> **Task**
Where the records below show a line containing "#287=EDGE_LOOP('',(#283,#284,#285,#286));", start copying; end with the line containing "#331=ORIENTED_EDGE('',*,*,#60,.F.);", and copy it too.

--------

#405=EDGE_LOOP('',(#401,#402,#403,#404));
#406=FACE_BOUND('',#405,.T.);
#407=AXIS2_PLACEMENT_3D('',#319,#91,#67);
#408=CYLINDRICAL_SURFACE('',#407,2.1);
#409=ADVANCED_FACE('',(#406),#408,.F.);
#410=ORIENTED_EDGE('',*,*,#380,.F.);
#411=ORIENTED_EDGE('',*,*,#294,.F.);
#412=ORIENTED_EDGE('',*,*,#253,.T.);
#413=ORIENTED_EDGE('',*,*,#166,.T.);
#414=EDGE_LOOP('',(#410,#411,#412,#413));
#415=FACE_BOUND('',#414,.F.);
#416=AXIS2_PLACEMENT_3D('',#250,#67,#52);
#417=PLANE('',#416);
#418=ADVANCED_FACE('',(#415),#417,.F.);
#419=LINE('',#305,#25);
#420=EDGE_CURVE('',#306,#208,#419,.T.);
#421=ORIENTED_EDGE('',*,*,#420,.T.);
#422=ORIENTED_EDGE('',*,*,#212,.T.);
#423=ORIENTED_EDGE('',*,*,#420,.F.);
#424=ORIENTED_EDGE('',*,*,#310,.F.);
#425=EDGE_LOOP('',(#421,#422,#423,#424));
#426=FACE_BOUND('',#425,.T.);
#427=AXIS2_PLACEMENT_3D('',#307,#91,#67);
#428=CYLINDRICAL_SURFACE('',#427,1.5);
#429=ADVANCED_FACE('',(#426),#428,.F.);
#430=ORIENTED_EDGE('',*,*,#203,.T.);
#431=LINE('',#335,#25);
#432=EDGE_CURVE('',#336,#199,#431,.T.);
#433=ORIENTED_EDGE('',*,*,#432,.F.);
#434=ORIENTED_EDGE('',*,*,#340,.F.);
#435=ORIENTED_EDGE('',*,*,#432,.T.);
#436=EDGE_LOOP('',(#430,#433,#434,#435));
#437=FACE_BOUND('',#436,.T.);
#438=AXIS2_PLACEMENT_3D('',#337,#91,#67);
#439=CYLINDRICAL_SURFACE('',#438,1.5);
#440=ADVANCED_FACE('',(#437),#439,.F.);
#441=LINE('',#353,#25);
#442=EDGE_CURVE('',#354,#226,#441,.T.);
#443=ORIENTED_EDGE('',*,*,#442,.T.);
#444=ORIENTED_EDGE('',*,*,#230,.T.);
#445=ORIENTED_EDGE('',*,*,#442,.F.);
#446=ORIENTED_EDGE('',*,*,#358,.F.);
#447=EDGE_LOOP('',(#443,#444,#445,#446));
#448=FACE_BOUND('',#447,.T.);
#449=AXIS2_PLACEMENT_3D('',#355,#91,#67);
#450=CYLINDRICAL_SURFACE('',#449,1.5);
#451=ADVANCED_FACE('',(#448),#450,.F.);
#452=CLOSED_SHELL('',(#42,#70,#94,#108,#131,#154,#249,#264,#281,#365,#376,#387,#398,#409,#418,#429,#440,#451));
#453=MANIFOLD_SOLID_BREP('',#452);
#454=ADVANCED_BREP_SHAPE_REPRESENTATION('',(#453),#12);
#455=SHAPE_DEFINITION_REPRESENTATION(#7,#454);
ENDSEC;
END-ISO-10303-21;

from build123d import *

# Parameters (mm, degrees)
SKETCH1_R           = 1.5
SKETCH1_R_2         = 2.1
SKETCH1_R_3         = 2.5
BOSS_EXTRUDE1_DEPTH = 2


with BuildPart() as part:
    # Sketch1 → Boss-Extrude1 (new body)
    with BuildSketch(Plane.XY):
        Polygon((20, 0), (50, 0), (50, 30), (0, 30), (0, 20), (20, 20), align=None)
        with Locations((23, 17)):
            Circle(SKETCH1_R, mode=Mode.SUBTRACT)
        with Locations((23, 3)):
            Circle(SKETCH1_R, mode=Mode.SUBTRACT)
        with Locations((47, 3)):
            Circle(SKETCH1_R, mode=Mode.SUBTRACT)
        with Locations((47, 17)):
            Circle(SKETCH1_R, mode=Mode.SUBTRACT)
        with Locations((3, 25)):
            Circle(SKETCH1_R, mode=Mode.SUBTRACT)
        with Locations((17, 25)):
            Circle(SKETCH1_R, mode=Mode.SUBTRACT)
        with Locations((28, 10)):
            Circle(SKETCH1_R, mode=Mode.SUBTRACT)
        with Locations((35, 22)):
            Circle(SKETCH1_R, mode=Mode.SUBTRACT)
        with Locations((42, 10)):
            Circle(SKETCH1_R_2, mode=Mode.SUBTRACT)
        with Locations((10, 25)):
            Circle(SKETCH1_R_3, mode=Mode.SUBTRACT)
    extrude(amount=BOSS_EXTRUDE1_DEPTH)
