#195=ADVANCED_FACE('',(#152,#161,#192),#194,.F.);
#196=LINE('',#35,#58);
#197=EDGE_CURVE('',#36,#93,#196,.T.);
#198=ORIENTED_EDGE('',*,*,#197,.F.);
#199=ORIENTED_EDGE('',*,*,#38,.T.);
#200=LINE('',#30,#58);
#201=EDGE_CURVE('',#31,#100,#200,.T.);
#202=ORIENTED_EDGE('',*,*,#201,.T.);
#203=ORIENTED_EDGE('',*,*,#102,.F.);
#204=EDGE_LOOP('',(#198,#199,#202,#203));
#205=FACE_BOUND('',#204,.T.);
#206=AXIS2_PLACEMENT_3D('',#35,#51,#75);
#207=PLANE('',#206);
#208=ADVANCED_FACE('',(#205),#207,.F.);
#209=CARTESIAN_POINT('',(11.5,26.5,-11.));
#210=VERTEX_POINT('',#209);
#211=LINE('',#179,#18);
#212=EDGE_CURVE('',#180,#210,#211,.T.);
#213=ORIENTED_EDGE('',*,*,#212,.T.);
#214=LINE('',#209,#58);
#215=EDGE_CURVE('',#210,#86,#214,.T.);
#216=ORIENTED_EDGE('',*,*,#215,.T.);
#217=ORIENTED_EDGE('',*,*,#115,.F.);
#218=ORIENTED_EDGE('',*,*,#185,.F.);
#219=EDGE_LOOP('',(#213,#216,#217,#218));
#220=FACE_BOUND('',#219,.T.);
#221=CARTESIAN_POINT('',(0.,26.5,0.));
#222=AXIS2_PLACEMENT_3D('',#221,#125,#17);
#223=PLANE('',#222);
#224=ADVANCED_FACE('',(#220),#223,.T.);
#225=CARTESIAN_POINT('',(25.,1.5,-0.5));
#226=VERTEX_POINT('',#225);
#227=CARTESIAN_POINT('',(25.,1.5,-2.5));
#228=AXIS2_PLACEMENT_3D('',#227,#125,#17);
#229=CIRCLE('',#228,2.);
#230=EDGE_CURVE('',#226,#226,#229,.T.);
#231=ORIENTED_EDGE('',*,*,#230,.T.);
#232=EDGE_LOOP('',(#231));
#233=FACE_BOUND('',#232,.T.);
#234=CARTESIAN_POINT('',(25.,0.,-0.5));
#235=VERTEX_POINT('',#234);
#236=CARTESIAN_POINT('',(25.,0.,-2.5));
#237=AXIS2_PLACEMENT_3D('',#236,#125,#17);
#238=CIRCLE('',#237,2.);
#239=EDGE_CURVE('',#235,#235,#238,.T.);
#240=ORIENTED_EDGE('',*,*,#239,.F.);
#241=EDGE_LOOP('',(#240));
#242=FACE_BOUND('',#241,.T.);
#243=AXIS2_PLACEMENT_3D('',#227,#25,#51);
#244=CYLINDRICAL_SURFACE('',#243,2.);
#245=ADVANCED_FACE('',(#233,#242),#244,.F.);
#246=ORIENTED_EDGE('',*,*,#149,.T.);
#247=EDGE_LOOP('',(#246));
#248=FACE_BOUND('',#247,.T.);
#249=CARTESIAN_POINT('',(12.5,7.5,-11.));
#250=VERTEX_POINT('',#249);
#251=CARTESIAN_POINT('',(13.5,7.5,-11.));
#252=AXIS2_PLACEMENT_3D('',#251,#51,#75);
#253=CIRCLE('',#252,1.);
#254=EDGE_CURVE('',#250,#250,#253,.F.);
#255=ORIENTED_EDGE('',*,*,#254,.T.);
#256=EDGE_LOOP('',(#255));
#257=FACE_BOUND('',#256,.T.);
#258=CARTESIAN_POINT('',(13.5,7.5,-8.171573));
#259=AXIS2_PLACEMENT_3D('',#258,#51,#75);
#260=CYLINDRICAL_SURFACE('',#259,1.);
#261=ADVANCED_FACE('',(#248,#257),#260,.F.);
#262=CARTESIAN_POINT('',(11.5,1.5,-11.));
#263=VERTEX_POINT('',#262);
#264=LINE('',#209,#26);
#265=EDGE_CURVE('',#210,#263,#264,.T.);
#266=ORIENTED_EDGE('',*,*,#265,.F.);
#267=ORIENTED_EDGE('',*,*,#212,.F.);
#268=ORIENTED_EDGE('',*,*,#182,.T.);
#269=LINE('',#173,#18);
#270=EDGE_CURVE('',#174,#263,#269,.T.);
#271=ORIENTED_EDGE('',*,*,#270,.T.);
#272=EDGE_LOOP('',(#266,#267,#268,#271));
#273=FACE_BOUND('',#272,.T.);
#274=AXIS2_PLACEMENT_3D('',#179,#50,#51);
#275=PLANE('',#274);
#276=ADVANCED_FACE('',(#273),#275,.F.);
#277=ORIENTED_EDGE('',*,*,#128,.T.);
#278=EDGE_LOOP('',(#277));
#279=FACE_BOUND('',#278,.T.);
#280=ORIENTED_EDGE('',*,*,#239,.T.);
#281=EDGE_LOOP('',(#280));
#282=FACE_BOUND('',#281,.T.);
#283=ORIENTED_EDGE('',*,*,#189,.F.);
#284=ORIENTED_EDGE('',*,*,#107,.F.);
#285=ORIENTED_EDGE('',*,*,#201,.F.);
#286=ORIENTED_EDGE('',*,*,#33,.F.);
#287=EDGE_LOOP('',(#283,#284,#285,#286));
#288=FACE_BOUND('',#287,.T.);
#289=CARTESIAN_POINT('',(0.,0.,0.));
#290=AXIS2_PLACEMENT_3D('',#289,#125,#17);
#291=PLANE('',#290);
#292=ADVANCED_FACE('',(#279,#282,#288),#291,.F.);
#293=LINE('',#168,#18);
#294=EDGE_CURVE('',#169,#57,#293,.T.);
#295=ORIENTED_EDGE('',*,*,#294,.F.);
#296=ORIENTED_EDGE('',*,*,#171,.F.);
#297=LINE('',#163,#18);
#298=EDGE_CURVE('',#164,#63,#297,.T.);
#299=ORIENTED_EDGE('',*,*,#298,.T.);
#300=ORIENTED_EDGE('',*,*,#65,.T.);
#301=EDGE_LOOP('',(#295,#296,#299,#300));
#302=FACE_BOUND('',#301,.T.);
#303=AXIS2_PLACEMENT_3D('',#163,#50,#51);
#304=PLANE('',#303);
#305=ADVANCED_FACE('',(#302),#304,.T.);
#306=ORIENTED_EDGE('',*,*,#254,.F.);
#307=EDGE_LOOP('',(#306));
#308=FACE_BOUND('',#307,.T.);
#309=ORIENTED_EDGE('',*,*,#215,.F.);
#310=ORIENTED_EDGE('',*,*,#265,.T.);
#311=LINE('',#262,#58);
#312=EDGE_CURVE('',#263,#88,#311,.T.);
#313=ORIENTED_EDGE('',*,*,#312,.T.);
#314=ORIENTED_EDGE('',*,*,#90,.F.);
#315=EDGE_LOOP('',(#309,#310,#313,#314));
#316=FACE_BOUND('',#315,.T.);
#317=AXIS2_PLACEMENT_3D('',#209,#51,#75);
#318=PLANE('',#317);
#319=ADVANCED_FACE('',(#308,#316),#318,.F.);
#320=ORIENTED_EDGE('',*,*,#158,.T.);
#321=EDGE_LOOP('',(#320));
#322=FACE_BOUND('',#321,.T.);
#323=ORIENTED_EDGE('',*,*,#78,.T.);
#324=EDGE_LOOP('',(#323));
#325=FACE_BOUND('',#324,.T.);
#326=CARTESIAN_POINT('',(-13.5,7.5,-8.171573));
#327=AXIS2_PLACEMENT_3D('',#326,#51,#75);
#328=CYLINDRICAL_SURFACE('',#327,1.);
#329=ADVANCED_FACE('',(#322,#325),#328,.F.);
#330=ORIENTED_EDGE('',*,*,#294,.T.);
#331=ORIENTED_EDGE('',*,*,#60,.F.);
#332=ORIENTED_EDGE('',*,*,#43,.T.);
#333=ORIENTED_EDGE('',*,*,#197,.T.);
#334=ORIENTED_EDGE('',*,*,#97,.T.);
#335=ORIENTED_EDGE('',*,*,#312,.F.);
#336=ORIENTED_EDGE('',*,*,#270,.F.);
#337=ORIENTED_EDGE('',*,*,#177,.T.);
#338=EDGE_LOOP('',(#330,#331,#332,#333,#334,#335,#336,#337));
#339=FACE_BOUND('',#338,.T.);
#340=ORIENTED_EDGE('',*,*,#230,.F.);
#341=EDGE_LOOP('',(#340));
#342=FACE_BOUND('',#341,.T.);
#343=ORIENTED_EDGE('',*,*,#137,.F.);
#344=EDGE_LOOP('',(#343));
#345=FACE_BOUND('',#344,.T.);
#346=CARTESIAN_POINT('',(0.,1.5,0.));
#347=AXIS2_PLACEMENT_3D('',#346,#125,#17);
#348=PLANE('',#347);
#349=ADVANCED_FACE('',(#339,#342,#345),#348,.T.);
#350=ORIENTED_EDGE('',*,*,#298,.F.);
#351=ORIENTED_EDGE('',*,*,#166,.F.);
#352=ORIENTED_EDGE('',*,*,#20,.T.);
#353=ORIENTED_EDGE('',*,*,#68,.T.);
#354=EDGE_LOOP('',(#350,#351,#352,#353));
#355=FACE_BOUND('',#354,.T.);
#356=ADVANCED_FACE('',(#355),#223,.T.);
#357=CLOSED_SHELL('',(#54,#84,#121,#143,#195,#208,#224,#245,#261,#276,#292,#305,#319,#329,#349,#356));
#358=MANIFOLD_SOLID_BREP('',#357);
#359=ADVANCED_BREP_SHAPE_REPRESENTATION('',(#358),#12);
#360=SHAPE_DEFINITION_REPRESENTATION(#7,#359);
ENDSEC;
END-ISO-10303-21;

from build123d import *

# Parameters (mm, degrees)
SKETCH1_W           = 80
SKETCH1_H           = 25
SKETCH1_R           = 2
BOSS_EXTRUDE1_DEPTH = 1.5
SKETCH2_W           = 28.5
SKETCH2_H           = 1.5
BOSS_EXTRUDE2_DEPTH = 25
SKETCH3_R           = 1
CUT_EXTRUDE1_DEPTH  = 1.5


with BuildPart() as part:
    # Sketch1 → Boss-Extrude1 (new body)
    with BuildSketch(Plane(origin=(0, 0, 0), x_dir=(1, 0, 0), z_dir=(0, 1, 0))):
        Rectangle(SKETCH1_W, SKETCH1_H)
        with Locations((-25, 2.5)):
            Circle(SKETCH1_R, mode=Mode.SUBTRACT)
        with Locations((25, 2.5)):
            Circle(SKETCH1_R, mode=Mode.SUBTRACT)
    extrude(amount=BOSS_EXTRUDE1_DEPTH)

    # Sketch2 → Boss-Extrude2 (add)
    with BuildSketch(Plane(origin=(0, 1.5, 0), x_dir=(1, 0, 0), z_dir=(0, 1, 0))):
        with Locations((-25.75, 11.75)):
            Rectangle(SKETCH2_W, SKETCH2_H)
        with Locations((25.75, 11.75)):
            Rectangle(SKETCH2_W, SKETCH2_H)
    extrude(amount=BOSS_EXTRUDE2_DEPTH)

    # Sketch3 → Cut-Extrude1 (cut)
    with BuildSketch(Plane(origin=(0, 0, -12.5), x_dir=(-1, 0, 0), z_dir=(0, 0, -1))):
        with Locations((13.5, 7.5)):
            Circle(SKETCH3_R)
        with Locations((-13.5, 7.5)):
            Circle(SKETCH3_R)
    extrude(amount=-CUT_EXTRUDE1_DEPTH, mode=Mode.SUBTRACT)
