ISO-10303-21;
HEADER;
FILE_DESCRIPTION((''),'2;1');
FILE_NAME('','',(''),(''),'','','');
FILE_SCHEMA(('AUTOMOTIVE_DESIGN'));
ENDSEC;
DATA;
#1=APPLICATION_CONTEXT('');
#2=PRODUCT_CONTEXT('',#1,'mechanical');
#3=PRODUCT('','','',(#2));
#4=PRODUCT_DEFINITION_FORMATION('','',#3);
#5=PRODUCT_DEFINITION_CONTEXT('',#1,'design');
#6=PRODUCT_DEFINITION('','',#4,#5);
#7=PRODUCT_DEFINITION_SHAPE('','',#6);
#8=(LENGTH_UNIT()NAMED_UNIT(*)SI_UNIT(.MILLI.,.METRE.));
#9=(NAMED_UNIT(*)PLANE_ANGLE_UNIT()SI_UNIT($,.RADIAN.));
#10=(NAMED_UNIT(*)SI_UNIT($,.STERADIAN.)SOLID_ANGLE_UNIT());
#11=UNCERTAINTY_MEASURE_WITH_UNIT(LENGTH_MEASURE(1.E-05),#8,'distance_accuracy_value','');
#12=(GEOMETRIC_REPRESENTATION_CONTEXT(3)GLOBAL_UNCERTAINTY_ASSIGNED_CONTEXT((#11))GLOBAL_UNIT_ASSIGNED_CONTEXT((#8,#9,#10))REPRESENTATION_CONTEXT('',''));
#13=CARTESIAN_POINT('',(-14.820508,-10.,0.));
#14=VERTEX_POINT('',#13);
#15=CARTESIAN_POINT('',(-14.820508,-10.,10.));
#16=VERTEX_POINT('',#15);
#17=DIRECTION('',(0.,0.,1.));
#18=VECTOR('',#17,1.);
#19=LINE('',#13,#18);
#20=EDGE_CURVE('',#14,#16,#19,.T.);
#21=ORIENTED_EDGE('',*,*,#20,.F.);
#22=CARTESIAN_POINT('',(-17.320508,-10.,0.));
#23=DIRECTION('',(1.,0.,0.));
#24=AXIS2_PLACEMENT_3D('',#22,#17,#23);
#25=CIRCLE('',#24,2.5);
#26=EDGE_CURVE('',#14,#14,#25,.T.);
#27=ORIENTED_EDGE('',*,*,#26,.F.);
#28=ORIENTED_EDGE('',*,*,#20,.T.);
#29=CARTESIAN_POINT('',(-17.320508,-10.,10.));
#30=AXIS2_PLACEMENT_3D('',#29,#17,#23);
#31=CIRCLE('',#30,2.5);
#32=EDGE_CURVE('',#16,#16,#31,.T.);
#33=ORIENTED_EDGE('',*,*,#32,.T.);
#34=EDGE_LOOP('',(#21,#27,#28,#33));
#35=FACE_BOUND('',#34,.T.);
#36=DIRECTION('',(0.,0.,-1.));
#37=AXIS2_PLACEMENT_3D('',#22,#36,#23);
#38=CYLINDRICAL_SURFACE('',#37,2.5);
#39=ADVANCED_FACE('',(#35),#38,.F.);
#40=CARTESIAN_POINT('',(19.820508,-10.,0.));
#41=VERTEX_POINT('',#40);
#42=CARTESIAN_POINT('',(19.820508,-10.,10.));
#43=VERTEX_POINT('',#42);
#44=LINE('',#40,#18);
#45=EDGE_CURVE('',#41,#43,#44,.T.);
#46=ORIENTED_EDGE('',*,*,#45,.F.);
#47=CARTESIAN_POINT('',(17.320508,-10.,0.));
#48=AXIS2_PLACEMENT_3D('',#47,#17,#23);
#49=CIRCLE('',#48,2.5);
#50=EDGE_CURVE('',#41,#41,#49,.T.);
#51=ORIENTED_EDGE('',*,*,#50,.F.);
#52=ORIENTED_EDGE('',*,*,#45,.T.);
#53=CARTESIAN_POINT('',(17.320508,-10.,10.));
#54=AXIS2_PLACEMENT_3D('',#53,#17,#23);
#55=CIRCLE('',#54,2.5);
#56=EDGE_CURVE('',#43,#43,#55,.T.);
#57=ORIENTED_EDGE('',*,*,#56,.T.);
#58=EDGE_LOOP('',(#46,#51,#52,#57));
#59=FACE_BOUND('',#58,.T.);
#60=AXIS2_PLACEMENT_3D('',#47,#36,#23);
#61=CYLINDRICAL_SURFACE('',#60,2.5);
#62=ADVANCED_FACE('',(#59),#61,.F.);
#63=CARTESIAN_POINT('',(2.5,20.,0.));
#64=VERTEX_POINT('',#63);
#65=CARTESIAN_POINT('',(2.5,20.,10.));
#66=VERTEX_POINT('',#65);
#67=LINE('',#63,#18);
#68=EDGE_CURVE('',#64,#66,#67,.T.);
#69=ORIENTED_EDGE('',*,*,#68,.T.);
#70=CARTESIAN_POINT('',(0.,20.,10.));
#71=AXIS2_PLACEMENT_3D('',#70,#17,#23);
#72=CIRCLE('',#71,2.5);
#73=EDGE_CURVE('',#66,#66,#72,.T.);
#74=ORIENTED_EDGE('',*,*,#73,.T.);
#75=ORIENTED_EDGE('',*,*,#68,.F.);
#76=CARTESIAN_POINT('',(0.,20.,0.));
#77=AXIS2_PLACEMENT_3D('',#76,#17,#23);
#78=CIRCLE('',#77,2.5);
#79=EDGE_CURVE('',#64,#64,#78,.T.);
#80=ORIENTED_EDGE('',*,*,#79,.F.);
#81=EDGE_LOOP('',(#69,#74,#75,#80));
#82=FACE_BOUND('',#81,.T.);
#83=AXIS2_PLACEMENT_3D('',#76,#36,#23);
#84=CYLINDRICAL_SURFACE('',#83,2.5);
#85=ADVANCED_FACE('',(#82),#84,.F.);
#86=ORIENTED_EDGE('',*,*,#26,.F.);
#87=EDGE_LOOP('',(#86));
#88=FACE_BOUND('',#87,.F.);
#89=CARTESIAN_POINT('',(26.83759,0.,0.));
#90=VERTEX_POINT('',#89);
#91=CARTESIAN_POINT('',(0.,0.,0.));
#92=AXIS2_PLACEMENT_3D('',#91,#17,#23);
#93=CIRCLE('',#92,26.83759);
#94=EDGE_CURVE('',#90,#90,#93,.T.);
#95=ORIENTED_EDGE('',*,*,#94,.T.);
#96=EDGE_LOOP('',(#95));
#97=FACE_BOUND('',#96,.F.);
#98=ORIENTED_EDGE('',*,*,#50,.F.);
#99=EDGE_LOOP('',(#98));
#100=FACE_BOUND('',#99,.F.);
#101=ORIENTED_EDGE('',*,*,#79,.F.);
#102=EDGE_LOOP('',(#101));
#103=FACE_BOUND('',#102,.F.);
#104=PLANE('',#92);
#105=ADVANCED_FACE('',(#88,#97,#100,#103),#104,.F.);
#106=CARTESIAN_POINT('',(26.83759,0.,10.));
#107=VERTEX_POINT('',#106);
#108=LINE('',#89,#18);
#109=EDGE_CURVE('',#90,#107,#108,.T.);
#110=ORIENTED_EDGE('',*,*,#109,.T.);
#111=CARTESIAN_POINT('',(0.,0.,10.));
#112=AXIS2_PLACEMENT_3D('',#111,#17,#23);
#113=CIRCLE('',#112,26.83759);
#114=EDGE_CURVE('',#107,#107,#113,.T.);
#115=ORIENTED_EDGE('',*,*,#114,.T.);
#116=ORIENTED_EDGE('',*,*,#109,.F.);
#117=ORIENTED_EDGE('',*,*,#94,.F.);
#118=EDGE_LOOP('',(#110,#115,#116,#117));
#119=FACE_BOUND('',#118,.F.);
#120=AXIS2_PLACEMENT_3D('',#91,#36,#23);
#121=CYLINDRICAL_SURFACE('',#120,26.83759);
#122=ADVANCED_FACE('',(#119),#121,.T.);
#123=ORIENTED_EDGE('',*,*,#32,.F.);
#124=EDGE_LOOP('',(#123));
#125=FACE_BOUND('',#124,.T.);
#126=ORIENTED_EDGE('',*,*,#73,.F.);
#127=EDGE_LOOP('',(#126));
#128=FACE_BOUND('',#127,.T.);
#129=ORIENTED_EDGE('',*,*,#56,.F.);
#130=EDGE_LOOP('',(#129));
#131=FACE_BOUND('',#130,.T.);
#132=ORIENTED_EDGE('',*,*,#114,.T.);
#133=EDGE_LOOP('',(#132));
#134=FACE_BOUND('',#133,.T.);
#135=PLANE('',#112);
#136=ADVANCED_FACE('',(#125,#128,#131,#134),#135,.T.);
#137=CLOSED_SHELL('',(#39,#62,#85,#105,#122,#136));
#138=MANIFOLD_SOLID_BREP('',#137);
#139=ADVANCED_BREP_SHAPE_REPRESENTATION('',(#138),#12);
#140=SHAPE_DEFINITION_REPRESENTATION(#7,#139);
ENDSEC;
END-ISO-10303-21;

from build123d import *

# Parameters (mm, degrees)
SKETCH_R   = 26.83759
SKETCH_R_2 = 2.5
PAD_DEPTH  = 10


with BuildPart() as part:
    # Sketch → Pad (new body)
    with BuildSketch(Plane.XY):
        Circle(SKETCH_R)
        with Locations((0, 20)):
            Circle(SKETCH_R_2, mode=Mode.SUBTRACT)
        with Locations((-17.320508, -10)):
            Circle(SKETCH_R_2, mode=Mode.SUBTRACT)
        with Locations((17.320508, -10)):
            Circle(SKETCH_R_2, mode=Mode.SUBTRACT)
    extrude(amount=PAD_DEPTH)


solid = part.part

--------

> **Exercise result**
#287=EDGE_LOOP('',(#283,#284,#285,#286));
#288=FACE_BOUND('',#287,.T.);
#289=CARTESIAN_POINT('',(0.,0.,0.));
#290=AXIS2_PLACEMENT_3D('',#289,#125,#17);
#291=PLANE('',#290);
#292=ADVANCED_FACE('',(#279,#282,#288),#291,.F.);
#293=LINE('',#168,#18);
#294=EDGE_CURVE('',#169,#57,#293,.T.);
#295=ORIENTED_EDGE('',*,*,#294,.F.);
#296=ORIENTED_EDGE('',*,*,#171,.F.);
#297=LINE('',#163,#18);
#298=EDGE_CURVE('',#164,#63,#297,.T.);
#299=ORIENTED_EDGE('',*,*,#298,.T.);
#300=ORIENTED_EDGE('',*,*,#65,.T.);
#301=EDGE_LOOP('',(#295,#296,#299,#300));
#302=FACE_BOUND('',#301,.T.);
#303=AXIS2_PLACEMENT_3D('',#163,#50,#51);
#304=PLANE('',#303);
#305=ADVANCED_FACE('',(#302),#304,.T.);
#306=ORIENTED_EDGE('',*,*,#254,.F.);
#307=EDGE_LOOP('',(#306));
#308=FACE_BOUND('',#307,.T.);
#309=ORIENTED_EDGE('',*,*,#215,.F.);
#310=ORIENTED_EDGE('',*,*,#265,.T.);
#311=LINE('',#262,#58);
#312=EDGE_CURVE('',#263,#88,#311,.T.);
#313=ORIENTED_EDGE('',*,*,#312,.T.);
#314=ORIENTED_EDGE('',*,*,#90,.F.);
#315=EDGE_LOOP('',(#309,#310,#313,#314));
#316=FACE_BOUND('',#315,.T.);
#317=AXIS2_PLACEMENT_3D('',#209,#51,#75);
#318=PLANE('',#317);
#319=ADVANCED_FACE('',(#308,#316),#318,.F.);
#320=ORIENTED_EDGE('',*,*,#158,.T.);
#321=EDGE_LOOP('',(#320));
#322=FACE_BOUND('',#321,.T.);
#323=ORIENTED_EDGE('',*,*,#78,.T.);
#324=EDGE_LOOP('',(#323));
#325=FACE_BOUND('',#324,.T.);
#326=CARTESIAN_POINT('',(-13.5,7.5,-8.171573));
#327=AXIS2_PLACEMENT_3D('',#326,#51,#75);
#328=CYLINDRICAL_SURFACE('',#327,1.);
#329=ADVANCED_FACE('',(#322,#325),#328,.F.);
#330=ORIENTED_EDGE('',*,*,#294,.T.);
#331=ORIENTED_EDGE('',*,*,#60,.F.);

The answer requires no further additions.